■ INPUT DATA
Start of Block

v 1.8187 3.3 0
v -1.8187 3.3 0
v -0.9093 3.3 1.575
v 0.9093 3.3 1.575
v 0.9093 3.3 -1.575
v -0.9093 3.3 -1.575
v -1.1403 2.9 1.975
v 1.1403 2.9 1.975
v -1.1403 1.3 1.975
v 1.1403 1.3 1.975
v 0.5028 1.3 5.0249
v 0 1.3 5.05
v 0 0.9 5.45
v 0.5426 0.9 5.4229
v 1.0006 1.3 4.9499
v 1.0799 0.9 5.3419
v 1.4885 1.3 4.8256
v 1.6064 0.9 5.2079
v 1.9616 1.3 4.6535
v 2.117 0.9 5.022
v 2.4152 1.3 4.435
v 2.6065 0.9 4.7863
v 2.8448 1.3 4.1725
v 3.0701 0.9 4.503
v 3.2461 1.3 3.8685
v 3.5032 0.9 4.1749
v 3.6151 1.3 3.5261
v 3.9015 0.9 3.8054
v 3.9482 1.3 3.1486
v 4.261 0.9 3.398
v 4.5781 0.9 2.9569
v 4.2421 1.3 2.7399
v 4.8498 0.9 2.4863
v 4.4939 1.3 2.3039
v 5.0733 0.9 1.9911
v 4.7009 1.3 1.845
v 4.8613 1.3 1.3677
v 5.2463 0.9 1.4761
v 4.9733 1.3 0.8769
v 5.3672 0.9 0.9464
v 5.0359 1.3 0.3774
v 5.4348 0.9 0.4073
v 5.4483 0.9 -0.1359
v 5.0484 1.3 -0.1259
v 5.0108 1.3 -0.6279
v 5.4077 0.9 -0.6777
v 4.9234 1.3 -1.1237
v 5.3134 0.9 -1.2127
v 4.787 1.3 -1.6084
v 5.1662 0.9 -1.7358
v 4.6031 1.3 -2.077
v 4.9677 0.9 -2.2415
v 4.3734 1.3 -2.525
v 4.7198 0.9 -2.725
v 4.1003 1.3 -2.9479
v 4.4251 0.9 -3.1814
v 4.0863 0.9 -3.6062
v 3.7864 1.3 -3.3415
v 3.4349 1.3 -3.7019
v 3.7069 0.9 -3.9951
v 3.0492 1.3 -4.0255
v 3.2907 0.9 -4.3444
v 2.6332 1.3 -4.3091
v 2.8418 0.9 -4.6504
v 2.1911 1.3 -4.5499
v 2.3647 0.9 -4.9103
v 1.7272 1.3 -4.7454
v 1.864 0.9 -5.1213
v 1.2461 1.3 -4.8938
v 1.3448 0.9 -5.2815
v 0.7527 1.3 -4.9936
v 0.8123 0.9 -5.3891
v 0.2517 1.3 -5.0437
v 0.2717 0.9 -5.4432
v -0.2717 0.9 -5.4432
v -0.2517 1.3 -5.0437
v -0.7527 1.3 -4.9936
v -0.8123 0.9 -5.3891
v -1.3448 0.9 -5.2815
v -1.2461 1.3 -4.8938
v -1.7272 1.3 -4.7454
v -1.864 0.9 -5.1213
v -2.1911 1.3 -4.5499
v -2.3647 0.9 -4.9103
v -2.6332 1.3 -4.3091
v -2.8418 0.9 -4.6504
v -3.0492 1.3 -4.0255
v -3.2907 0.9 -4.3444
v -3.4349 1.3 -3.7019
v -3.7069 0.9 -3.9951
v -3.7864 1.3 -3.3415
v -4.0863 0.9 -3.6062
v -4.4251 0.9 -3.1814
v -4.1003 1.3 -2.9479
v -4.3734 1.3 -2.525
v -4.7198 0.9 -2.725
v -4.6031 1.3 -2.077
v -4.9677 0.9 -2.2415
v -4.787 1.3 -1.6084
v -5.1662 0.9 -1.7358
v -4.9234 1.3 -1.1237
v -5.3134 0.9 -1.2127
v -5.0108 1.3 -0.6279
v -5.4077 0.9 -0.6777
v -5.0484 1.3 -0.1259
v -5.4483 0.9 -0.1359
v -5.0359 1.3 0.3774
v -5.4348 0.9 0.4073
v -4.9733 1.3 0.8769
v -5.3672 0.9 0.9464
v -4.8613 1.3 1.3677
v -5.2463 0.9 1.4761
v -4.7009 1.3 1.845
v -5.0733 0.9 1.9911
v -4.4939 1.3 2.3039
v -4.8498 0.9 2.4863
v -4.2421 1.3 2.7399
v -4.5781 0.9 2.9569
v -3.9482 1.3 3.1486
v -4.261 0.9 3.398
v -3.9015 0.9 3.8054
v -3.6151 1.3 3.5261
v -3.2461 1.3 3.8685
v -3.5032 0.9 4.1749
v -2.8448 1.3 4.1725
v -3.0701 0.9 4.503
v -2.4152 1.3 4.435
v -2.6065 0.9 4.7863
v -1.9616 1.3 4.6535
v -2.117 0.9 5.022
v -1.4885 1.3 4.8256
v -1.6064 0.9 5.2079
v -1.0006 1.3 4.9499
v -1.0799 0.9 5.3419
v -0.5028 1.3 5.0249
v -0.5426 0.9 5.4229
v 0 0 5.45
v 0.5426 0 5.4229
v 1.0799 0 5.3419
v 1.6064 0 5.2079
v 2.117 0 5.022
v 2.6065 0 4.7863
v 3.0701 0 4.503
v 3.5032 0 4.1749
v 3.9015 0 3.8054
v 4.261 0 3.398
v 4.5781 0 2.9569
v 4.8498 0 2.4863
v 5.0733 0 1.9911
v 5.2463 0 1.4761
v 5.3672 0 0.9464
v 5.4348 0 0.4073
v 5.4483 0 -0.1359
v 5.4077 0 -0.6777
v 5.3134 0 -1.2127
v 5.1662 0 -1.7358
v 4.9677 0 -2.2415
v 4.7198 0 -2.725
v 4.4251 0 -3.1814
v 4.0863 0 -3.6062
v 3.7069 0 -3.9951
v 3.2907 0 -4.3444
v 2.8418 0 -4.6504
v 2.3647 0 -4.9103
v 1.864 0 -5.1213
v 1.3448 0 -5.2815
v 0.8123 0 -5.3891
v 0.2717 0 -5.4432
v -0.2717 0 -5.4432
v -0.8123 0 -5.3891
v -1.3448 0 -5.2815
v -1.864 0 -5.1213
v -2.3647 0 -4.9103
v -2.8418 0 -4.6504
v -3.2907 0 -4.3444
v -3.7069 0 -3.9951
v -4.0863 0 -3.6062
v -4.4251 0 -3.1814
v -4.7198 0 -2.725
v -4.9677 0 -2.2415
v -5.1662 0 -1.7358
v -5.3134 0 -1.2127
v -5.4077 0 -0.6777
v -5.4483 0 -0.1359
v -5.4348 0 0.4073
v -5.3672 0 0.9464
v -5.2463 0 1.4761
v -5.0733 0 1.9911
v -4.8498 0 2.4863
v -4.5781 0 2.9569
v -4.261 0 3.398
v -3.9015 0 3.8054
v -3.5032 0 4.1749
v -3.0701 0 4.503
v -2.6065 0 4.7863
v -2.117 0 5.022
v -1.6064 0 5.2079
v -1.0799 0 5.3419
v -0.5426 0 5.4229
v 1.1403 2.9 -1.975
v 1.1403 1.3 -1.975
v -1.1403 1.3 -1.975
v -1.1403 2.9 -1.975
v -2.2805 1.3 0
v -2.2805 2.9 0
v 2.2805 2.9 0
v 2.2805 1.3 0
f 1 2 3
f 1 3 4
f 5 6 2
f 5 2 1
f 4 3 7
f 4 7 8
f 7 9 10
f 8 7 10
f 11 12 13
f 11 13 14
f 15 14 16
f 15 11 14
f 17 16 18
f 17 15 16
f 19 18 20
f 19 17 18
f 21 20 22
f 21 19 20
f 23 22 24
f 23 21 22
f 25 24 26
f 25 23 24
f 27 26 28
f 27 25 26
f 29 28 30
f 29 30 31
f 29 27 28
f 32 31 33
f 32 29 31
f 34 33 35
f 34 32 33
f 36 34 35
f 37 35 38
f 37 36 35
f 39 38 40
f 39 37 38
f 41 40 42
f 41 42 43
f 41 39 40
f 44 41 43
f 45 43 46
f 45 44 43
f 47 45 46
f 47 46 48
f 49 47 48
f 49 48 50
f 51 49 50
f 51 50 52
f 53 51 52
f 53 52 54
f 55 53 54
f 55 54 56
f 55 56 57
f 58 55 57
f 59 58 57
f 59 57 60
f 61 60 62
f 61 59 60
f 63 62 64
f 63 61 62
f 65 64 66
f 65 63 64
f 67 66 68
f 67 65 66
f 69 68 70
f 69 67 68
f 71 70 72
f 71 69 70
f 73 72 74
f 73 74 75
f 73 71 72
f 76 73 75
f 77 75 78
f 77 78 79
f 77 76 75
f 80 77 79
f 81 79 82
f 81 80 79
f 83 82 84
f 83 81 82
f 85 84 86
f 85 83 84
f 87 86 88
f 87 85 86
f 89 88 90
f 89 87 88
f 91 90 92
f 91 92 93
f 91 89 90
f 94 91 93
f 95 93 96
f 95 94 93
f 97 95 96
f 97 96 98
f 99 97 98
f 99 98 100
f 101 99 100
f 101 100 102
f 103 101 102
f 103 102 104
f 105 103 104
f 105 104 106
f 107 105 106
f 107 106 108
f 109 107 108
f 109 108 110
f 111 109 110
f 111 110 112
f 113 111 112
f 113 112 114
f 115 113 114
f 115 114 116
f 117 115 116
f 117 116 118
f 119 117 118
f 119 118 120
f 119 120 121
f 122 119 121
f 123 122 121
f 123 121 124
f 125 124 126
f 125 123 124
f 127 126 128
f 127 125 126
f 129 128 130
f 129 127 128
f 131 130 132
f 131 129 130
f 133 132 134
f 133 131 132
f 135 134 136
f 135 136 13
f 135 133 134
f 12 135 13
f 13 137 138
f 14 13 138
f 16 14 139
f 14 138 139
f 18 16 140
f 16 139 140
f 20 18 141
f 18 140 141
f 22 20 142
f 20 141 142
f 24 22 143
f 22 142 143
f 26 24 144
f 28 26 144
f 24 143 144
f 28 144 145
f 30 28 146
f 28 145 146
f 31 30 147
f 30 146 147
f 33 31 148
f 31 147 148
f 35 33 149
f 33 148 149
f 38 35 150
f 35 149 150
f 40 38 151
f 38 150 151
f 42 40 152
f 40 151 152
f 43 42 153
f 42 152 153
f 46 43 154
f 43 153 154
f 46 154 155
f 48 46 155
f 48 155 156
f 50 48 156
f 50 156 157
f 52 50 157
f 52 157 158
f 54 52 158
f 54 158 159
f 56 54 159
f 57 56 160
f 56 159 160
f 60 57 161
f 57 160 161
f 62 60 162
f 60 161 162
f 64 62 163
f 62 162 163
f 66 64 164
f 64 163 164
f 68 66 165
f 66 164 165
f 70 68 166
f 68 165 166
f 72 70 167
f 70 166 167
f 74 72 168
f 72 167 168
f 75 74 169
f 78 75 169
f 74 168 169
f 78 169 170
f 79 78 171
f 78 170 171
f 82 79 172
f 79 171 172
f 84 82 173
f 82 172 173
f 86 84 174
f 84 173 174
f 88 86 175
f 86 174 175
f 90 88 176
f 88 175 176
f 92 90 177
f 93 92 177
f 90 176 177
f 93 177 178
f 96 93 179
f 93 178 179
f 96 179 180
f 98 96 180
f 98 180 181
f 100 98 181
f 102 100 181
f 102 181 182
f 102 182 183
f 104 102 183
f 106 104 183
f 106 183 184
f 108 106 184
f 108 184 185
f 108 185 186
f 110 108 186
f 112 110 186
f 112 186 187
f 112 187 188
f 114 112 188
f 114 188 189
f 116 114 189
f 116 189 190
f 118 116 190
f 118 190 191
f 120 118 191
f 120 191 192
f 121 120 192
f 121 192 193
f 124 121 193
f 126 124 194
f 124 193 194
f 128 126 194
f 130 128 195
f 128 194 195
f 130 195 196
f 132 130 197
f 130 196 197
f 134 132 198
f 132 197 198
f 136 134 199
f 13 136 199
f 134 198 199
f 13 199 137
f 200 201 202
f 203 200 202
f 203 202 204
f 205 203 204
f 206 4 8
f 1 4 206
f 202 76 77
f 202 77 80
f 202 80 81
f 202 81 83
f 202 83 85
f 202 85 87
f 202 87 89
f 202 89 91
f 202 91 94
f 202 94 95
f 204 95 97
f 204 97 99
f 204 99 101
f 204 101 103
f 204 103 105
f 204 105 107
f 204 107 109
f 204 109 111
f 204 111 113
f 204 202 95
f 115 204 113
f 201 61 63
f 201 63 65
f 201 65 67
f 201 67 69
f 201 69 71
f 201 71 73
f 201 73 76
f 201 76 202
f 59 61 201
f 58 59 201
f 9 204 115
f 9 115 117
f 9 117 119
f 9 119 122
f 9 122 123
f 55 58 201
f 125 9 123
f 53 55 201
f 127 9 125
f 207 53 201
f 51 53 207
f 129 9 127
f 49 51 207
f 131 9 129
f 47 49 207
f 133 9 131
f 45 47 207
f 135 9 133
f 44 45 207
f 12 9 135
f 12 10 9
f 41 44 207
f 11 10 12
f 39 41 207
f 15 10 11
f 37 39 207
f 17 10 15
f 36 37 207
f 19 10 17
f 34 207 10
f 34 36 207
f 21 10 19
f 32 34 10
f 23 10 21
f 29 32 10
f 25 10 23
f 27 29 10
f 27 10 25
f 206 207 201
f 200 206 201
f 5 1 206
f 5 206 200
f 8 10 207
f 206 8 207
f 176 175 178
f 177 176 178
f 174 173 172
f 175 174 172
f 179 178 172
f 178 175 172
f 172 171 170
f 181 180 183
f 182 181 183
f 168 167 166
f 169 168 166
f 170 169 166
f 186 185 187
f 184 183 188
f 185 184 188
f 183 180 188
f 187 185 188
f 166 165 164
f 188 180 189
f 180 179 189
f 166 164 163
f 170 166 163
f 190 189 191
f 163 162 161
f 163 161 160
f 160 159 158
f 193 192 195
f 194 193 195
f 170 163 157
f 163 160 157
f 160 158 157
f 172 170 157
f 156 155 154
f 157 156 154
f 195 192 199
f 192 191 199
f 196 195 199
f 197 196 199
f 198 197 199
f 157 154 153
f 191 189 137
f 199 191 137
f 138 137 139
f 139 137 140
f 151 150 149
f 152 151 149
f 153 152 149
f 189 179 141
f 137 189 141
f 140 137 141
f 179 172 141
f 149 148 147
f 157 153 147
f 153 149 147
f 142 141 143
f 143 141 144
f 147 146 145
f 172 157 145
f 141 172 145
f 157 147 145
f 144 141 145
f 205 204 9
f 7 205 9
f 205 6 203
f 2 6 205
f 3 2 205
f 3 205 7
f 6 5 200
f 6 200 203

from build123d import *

# Parameters (mm, degrees)
SZKIC1_R                    = 5.45
DODANIE_WYCI_GNI_CIE1_DEPTH = 1.3
DODANIE_WYCI_GNI_CIE2_DEPTH = 2
SFAZOWANIE1_SIZE            = 0.4


with BuildPart() as part:
    # Szkic1 → Dodanie-wyciągnięcie1 (new body)
    with BuildSketch(Plane(origin=(0, 0, 0), x_dir=(1, 0, 0), z_dir=(0, 1, 0))):
        with Locations(Location((0, 0, 0), (0, 0, 270))):
            Circle(SZKIC1_R)
    extrude(amount=DODANIE_WYCI_GNI_CIE1_DEPTH)

    # Szkic2 → Dodanie-wyciągnięcie2 (add)
    with BuildSketch(Plane(origin=(0, 1.3, 0), x_dir=(1, 0, 0), z_dir=(0, 1, 0))):
        Polygon((2.280533563, 0), (1.140266782, 1.975), (-1.140266782, 1.975), (-2.280533563, 0), (-1.140266782, -1.975), (1.140266782, -1.975), align=None)
    extrude(amount=DODANIE_WYCI_GNI_CIE2_DEPTH)

    # Sfazowanie1
    sfazowanie1_edges = [part.edges().sort_by_distance(p)[0] for p in [
        (1.710400172, 3.3, 0.9875),
        (1.710400172, 3.3, -0.9875),
        (0, 3.3, -1.975),
        (-1.710400172, 3.3, -0.9875),
        (-1.710400172, 3.3, 0.9875),
        (0, 3.3, 1.975),
        (0, 1.3, -5.45),
    ]]
    chamfer(sfazowanie1_edges, length=SFAZOWANIE1_SIZE)


solid = part.part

End of Block

■ DESCRIPTION OF THE TASK
The reply should hold only the lines of the listing above starting at the line containing "v 5.0484 1.3 -0.1259" and ending at the line containing "v 4.4251 0.9 -3.1814", exactly as written.

■ SOLUTION TO THE EXERCISE
v 5.0484 1.3 -0.1259
v 5.0108 1.3 -0.6279
v 5.4077 0.9 -0.6777
v 4.9234 1.3 -1.1237
v 5.3134 0.9 -1.2127
v 4.787 1.3 -1.6084
v 5.1662 0.9 -1.7358
v 4.6031 1.3 -2.077
v 4.9677 0.9 -2.2415
v 4.3734 1.3 -2.525
v 4.7198 0.9 -2.725
v 4.1003 1.3 -2.9479
v 4.4251 0.9 -3.1814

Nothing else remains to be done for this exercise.